Le jour de son arrivée, j’étais à la boutique pour acheter un cadeau à ma soeur, un coffret de jajamen, reimen et wankosoba. Il fut accueilli comme une célébrité : tout était prêt pour lui, il n’eut même pas à donner son nom pour qu’on lui tendît les clefs. L’hôtesse lui fit un grand sourire, celui que les mousmés font pour attirer nos maris… Quand je pense qu’elle m’avait à peine regardée la veille, enchaînant les clients et les politesses comme des perles sur un collier ! Peut-être était-il connu, et ne voulait-il pas être dérangé ?

Il n’était arrivé qu’avec une petite mallette et une sacoche en bandoulière. Tout était bleu, sauf ses chaussures, grises. Il ressemblait à une ombre estompée par un léger nuage, présent, visible, mais tout absent à la fois. Il ne semblait pas écouter la jeune fille lui expliquer les horaires de repas, et son sourire figé paraissait s’adresser à un être invisible. Il tenait jalousement sa besace, comme s’il avait peur qu’on la lui arrachât. Réflexe européen, car au Japon, personne ne se comporte ainsi. Mon amie Kaori, il y a un mois environ, avait même oublié son portefeuille à la table du café où elle lisait en attendant la sortie des classes. Le lendemain, on le lui rendait, et il ne manquait pas une pièce, me dit-elle. Si ça m’arrivait, je serais bien en peine pour le dire : je ne sais jamais combien j’ai dans mon porte-monnaie…

Il paraît qu’en Europe, ce n’est pas comme ça, qu’il faut se méfier de tout le monde, et surtout des enfants. Un collègue de mon mari s’est fait voler tous ses papiers, le premier jour de son voyage en France. Quelles vacances… Le pire pays du monde selon sa femme. En fait, elle ne connaît que le Japon, Hawaï et Paris. Ah… Paris ! Que j’aimerais y aller, c’est si beau ! Je t’y emmènerais, te raconterais la splendeur de ses rues, la grandeur de la Tour Eiffel, l’élégance des femmes, l’odeur des baguettes chaudes tout juste sorties du four et la douceur du vin… Je te décrirais patiemment les tableaux du Louvre, les splendeurs de Versailles.

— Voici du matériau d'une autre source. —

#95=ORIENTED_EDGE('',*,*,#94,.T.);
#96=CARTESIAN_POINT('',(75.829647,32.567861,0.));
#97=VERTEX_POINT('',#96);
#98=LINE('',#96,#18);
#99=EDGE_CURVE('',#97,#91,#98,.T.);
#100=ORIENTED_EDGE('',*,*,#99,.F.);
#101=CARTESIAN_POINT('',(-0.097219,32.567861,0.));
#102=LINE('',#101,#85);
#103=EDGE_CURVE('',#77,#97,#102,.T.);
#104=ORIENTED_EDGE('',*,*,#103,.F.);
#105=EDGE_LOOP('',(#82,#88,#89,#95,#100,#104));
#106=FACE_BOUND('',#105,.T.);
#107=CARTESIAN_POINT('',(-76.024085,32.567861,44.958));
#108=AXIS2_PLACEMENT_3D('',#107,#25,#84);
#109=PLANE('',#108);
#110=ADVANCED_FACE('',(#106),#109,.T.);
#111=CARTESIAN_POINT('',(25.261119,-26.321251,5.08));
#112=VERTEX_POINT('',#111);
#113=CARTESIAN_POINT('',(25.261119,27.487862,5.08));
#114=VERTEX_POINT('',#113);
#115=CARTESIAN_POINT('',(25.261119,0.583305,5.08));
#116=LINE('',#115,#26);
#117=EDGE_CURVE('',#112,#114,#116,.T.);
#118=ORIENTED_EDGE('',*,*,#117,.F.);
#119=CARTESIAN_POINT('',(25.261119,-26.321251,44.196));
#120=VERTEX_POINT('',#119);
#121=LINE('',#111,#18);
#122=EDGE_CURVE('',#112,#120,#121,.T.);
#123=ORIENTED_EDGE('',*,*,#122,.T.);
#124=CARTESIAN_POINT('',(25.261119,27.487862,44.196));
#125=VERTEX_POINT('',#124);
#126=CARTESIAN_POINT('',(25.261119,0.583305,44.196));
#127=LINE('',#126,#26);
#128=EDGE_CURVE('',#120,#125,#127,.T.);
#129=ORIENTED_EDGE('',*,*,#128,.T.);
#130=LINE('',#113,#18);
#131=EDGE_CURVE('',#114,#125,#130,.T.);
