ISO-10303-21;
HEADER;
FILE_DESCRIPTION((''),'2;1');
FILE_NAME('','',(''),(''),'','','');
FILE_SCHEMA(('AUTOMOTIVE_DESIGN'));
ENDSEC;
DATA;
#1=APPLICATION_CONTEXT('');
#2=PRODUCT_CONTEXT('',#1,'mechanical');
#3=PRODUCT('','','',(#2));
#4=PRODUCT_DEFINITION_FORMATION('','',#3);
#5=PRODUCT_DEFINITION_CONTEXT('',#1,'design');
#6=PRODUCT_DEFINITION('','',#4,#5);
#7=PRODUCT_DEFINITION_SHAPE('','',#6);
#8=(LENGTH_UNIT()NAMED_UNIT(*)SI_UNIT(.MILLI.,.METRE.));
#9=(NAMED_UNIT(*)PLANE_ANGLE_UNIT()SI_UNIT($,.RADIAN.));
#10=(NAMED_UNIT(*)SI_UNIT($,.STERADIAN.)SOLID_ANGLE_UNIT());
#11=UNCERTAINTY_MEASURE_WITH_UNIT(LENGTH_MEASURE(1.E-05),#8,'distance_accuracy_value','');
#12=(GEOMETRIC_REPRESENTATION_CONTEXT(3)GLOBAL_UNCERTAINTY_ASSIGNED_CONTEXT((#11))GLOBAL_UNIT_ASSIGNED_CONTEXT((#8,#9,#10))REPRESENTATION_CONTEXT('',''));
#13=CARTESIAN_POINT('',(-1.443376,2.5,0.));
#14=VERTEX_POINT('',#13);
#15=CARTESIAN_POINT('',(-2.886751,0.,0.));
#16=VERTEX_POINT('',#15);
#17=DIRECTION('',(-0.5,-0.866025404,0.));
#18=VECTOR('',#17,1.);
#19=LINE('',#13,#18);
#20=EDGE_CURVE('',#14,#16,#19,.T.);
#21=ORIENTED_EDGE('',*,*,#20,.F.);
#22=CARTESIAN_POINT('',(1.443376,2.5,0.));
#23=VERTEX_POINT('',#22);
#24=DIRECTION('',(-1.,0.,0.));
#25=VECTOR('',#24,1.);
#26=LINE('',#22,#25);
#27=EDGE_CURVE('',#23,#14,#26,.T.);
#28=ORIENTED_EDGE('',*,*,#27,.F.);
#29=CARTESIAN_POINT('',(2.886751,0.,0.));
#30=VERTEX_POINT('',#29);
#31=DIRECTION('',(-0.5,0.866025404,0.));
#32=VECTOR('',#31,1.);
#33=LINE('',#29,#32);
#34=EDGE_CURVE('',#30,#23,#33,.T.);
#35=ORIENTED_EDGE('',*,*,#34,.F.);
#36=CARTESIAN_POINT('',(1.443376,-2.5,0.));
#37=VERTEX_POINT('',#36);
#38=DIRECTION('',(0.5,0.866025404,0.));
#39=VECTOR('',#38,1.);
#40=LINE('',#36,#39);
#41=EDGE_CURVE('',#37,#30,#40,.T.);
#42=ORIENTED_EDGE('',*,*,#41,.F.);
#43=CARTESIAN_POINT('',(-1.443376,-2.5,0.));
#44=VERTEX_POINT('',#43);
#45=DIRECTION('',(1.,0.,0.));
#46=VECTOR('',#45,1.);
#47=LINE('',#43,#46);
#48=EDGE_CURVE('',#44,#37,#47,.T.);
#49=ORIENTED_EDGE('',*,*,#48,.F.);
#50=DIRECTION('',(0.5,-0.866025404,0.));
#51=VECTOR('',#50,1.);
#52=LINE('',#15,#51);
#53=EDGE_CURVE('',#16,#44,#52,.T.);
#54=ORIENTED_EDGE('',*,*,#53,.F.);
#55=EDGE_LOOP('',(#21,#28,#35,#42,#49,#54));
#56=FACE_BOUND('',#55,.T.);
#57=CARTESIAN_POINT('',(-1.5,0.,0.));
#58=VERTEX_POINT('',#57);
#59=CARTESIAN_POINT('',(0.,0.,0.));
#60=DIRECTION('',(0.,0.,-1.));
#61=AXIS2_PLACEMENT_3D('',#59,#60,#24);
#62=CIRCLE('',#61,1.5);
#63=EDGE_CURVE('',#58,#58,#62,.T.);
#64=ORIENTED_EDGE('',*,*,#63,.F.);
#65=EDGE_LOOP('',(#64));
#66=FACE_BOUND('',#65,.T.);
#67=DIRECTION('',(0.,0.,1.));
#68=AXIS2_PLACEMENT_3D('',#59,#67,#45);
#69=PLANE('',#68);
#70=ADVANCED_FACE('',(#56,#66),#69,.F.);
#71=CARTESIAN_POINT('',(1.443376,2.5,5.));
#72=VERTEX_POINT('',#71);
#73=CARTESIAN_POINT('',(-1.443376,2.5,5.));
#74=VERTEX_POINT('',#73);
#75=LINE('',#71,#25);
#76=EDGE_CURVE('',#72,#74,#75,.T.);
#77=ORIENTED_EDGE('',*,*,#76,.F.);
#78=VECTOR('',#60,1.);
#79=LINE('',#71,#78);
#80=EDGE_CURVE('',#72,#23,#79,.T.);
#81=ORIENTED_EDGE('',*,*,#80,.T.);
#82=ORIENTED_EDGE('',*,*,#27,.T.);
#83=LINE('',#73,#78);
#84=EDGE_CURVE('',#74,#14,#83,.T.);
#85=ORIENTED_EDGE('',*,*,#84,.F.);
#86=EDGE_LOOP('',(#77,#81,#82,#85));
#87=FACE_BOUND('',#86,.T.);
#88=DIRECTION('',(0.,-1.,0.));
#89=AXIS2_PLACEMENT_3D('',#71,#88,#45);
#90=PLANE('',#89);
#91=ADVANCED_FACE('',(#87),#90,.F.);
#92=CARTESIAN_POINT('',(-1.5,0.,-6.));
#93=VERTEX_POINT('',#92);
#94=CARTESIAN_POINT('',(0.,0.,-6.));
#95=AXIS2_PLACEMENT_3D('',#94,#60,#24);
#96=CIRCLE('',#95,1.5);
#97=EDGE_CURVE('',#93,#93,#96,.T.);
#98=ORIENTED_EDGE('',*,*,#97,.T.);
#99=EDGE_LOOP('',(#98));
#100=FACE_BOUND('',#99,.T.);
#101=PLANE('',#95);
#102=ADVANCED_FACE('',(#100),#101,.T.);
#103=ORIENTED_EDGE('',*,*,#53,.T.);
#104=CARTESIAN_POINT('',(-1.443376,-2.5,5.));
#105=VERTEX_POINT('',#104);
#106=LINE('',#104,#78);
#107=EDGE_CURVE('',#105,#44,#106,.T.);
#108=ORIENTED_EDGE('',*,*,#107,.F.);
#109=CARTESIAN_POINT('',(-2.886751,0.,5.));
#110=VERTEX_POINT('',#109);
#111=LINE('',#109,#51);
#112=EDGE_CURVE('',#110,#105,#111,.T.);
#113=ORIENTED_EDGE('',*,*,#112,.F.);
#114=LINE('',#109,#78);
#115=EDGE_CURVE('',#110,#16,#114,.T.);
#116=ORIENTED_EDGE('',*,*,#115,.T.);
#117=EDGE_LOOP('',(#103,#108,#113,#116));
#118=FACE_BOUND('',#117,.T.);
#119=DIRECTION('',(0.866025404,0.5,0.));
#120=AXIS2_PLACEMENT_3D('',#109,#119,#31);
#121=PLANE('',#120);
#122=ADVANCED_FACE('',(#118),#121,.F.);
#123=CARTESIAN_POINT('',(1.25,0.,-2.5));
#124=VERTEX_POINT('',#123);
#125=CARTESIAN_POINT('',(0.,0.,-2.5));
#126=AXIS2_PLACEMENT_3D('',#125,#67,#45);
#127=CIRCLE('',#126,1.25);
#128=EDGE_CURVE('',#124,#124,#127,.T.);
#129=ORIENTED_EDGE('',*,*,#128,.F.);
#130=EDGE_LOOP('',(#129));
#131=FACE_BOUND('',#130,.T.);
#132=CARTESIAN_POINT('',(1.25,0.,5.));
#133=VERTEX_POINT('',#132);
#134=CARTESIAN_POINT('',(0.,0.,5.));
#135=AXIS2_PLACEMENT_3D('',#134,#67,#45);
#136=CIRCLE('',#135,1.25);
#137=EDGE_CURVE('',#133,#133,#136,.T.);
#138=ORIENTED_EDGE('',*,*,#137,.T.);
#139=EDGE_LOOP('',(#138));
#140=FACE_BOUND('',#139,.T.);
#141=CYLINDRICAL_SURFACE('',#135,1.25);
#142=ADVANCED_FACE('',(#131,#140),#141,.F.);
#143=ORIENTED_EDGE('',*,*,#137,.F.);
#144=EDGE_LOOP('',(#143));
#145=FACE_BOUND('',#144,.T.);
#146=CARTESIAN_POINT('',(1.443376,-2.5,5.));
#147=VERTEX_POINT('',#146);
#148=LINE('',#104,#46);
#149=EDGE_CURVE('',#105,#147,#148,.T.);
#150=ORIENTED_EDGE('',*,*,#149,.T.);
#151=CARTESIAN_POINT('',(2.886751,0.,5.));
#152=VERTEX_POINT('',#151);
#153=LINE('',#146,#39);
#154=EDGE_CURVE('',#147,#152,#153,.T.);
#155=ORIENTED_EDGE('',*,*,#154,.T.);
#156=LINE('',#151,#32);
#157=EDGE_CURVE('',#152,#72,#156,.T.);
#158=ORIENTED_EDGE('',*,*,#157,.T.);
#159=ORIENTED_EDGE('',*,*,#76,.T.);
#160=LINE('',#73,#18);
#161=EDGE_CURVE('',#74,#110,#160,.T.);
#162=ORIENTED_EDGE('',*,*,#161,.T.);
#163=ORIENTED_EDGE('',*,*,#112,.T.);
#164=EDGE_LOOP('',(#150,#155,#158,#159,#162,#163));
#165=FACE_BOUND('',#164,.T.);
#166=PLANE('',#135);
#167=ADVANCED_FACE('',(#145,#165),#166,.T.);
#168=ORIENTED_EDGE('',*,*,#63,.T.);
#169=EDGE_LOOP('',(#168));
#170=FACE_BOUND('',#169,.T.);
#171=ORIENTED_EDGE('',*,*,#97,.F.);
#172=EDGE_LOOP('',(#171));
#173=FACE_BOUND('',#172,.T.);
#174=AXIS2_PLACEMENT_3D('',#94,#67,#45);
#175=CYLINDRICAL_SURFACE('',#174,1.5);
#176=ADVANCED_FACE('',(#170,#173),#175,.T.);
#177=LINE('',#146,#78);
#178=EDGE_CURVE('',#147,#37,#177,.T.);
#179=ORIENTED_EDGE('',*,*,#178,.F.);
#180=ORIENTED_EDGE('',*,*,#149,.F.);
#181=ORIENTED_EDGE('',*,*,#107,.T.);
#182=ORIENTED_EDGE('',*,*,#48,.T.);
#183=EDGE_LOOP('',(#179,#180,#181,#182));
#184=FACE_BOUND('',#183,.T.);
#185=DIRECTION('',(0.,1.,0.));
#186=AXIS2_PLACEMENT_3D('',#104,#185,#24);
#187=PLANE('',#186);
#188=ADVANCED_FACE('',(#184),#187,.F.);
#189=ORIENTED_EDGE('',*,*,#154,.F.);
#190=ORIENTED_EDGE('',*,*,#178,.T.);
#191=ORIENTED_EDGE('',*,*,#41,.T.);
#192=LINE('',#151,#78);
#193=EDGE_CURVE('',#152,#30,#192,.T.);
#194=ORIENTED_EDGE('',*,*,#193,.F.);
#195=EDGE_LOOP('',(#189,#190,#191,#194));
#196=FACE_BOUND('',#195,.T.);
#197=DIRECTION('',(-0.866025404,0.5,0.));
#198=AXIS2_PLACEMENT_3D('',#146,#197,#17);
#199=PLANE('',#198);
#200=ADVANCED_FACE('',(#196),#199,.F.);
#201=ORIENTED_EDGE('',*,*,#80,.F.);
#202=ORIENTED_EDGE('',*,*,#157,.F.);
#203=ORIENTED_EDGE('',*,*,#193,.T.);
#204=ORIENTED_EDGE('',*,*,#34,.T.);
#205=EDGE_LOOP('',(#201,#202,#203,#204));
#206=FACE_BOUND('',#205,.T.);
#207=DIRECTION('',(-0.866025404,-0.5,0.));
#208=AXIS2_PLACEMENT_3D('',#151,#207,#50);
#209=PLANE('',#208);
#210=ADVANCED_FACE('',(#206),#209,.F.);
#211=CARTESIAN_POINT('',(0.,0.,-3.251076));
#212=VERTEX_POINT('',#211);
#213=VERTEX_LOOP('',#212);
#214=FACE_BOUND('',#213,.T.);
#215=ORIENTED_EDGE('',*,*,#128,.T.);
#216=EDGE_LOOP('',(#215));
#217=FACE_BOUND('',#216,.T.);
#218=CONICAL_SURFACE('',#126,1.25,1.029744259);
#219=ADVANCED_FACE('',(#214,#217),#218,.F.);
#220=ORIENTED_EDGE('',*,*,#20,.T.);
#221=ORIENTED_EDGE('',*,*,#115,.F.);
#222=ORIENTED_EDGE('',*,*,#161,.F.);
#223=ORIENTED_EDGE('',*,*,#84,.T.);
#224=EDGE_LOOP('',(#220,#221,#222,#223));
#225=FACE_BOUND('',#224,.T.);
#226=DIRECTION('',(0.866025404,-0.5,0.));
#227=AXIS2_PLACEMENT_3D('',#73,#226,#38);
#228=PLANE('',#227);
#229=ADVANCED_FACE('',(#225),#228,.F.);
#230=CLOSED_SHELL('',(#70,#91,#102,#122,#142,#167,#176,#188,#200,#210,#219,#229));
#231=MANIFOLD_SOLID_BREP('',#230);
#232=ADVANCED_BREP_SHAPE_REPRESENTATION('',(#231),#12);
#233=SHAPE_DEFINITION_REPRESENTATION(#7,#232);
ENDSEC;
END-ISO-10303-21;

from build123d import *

# Parameters (mm, degrees)
EXTRUDE_1_DEPTH = 5
SKETCH_4_R      = 1.5
EXTRUDE_2_DEPTH = 6
M3X0_5_1_D      = 2.5
M3X0_5_1_DEPTH  = 7.5
M3X0_5_1_TIP    = 0.751075774


with BuildPart() as part:
    # 草圖1 → 填料-伸長1 (new body)
    with BuildSketch(Plane.XY):
        Polygon((-1.443375673, 2.5), (-2.886751346, 0), (-1.443375673, -2.5), (1.443375673, -2.5), (2.886751346, 0), (1.443375673, 2.5), align=None)
    extrude(amount=EXTRUDE_1_DEPTH)

    # 草圖4 → 填料-伸長2 (add)
    with BuildSketch(Plane(origin=(0, 0, 0), x_dir=(-1, 0, 0), z_dir=(0, 0, -1))):
        Circle(SKETCH_4_R)
    extrude(amount=EXTRUDE_2_DEPTH)

    # M3x0.5 螺紋孔1
    with Locations(Plane.XY.offset(5)):
        with Locations((0, 0)):
            Hole(M3X0_5_1_D / 2, depth=M3X0_5_1_DEPTH)
            with Locations((0, 0, -(M3X0_5_1_DEPTH + M3X0_5_1_TIP / 2))):  # 118° drill point
                Cone(0, M3X0_5_1_D / 2, M3X0_5_1_TIP, mode=Mode.SUBTRACT)


solid = part.part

L’inconnu, était-il Français ? Je ne pense pas : on les décrit envahissants et mal élevés ; lui semblait sérieux, strict, sans fantaisie dans son bleu monotone, sans intérêt pour ce qui l’entourait. Avant-hier, il errait dans le couloir vêtu d’un yukata blanc, rayé de pourpre, sa ceinture mal mise. Il semblait bien pâle, sa serviette blanche autour du cou. Il ne marchait pas, il glissait, ses pieds trainant des claquettes trop petites et trop étroites. Il allait à l’onsen. Au dîner, à la table derrière moi, un groupe d’hommes voulait en interdire l’entrée aux étrangers ; ou au moins séparer les horaires. L’un d’eux assurait qu’il ne pouvait pas supporter de rester dans le même bain qu’un gaijin, et qu’il avait dû sortir quand le grand roux y était entré : « je n’ai pas confiance en ces gens, ils diffusent une énergie désagréable quand ils s’enfoncent dans l’eau : leur comportement n’y est pas naturel, ce qui me met mal à l’aise. Ce n’est pas un endroit pour eux ».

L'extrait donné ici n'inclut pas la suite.